BEGIN

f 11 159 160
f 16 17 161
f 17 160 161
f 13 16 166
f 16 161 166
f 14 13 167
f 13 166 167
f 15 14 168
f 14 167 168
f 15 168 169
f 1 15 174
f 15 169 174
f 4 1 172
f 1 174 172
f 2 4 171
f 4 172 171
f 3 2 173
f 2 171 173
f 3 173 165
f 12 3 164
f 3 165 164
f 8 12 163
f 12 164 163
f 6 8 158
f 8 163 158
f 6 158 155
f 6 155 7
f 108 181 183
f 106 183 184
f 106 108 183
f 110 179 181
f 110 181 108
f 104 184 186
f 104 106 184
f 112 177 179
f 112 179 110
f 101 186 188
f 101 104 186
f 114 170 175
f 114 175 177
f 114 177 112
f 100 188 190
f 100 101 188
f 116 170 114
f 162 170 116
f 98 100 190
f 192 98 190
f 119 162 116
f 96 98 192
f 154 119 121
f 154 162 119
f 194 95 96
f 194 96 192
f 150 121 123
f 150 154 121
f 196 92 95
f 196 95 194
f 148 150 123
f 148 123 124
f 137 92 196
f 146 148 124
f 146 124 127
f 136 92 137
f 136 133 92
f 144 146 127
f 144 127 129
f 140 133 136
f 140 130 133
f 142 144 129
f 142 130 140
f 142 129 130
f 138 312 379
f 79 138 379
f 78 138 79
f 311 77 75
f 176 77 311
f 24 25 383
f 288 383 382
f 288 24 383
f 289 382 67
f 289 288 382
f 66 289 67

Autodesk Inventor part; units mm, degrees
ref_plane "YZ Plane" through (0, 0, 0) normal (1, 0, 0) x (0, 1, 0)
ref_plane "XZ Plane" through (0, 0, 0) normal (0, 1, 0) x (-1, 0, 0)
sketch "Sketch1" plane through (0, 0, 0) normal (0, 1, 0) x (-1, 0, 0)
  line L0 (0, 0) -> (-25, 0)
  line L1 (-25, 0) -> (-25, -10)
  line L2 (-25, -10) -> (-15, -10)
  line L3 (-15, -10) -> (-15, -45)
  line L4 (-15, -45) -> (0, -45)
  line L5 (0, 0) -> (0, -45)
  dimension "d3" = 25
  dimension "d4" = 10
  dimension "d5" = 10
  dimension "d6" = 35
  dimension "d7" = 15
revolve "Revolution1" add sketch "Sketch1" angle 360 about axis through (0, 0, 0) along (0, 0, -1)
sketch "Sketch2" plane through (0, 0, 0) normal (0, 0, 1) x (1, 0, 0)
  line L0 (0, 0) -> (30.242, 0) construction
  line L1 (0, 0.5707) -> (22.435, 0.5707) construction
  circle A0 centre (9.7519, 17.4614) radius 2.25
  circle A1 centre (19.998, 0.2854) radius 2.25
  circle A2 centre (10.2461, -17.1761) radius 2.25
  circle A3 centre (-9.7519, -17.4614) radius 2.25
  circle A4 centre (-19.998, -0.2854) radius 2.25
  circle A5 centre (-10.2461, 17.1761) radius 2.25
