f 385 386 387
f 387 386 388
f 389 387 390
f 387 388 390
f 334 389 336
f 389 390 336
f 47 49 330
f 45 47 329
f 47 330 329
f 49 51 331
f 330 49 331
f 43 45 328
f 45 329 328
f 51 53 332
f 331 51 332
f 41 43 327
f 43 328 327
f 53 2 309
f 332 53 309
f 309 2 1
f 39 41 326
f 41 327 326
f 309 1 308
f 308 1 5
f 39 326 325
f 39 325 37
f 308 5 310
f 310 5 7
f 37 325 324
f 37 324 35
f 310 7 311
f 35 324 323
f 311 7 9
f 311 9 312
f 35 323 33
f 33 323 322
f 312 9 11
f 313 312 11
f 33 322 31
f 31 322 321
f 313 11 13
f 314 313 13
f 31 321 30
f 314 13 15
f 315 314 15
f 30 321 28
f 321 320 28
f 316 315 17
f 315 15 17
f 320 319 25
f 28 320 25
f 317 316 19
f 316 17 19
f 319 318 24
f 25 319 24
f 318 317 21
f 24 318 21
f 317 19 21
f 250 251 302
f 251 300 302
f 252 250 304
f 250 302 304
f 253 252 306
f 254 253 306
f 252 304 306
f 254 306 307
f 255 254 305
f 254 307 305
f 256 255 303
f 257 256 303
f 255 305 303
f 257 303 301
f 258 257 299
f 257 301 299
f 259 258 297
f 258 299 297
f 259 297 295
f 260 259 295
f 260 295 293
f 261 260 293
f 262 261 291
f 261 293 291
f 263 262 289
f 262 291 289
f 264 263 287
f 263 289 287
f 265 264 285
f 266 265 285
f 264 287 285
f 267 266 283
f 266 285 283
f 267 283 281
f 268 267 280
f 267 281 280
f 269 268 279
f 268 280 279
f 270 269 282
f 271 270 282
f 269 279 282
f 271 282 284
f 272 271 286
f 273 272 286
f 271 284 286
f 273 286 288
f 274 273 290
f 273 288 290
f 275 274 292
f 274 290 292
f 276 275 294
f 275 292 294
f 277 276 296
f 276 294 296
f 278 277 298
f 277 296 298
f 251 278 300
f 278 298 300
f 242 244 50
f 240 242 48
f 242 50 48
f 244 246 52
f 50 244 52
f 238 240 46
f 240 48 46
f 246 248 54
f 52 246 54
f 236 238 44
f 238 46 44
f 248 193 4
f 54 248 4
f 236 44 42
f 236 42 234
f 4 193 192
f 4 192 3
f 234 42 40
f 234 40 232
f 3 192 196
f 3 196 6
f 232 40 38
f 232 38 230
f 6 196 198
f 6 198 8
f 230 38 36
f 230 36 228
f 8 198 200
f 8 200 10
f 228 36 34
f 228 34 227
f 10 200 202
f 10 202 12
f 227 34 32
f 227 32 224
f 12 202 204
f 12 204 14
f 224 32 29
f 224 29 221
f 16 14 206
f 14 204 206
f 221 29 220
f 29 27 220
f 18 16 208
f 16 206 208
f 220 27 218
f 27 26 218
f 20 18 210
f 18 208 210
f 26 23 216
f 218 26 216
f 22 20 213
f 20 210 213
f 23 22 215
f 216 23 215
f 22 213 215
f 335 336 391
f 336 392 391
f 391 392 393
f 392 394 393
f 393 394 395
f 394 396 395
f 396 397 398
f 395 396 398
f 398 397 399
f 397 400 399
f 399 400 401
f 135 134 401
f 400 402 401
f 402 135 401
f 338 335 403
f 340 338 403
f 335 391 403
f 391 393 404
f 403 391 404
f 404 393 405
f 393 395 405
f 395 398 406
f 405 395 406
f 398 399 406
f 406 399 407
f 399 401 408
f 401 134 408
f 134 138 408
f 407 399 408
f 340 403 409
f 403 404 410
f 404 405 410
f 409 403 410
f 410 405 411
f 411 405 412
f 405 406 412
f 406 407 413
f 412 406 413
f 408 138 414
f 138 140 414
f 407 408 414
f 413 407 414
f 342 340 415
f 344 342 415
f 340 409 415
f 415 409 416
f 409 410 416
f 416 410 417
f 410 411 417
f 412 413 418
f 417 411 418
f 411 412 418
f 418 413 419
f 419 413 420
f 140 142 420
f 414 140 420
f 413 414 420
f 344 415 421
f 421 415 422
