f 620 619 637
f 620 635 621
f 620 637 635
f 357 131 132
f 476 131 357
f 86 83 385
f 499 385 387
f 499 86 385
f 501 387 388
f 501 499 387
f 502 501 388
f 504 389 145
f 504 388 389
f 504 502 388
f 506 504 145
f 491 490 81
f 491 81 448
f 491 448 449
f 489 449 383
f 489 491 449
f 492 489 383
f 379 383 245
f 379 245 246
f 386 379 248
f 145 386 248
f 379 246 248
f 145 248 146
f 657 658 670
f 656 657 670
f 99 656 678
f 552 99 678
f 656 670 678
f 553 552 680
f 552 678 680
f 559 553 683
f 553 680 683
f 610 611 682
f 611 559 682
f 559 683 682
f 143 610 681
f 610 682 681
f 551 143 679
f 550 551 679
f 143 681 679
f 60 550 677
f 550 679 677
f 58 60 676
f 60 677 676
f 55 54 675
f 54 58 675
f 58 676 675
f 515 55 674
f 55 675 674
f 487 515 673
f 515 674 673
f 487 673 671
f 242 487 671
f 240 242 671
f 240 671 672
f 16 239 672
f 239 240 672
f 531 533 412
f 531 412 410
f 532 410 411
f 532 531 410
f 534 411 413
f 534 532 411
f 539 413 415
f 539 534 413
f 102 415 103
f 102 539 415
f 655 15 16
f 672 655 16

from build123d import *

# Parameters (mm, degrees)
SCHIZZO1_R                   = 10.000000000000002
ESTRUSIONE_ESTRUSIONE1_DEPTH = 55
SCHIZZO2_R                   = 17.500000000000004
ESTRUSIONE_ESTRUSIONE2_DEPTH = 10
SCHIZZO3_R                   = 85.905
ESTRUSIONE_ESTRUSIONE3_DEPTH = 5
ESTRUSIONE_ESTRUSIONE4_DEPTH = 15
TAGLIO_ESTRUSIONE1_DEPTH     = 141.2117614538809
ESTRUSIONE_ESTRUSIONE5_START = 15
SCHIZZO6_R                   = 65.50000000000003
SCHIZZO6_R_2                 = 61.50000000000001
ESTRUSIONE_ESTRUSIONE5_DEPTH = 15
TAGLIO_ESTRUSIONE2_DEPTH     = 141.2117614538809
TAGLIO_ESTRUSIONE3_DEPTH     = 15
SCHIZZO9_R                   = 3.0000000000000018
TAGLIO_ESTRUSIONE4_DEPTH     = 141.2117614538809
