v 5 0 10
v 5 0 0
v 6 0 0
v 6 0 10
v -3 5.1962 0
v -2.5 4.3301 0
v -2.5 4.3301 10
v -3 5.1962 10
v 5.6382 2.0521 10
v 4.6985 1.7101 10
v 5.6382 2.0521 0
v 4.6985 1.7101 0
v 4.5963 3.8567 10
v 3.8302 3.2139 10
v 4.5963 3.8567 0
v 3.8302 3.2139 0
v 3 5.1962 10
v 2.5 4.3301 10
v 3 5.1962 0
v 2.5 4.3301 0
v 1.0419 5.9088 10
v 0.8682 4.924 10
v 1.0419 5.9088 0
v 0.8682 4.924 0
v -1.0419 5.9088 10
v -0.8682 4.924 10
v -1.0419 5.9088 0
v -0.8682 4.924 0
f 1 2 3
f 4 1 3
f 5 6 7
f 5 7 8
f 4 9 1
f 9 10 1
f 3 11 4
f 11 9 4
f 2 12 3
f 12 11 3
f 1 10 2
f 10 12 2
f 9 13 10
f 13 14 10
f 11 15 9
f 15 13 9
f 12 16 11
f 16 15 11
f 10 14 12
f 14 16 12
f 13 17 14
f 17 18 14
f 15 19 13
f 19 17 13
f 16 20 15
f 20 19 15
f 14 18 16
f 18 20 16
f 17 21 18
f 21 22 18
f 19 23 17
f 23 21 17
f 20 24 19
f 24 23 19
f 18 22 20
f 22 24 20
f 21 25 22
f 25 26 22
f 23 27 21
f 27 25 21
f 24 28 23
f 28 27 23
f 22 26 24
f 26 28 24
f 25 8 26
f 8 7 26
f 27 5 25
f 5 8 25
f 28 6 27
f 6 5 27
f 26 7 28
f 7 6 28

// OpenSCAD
rotate_extrude(angle = 180-60)
translate([5, 0])
square([1, 10]);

END

__What is needed__.
Only a number is required here: the count of lines in these entries that hold "radius".

__The completed task__.
6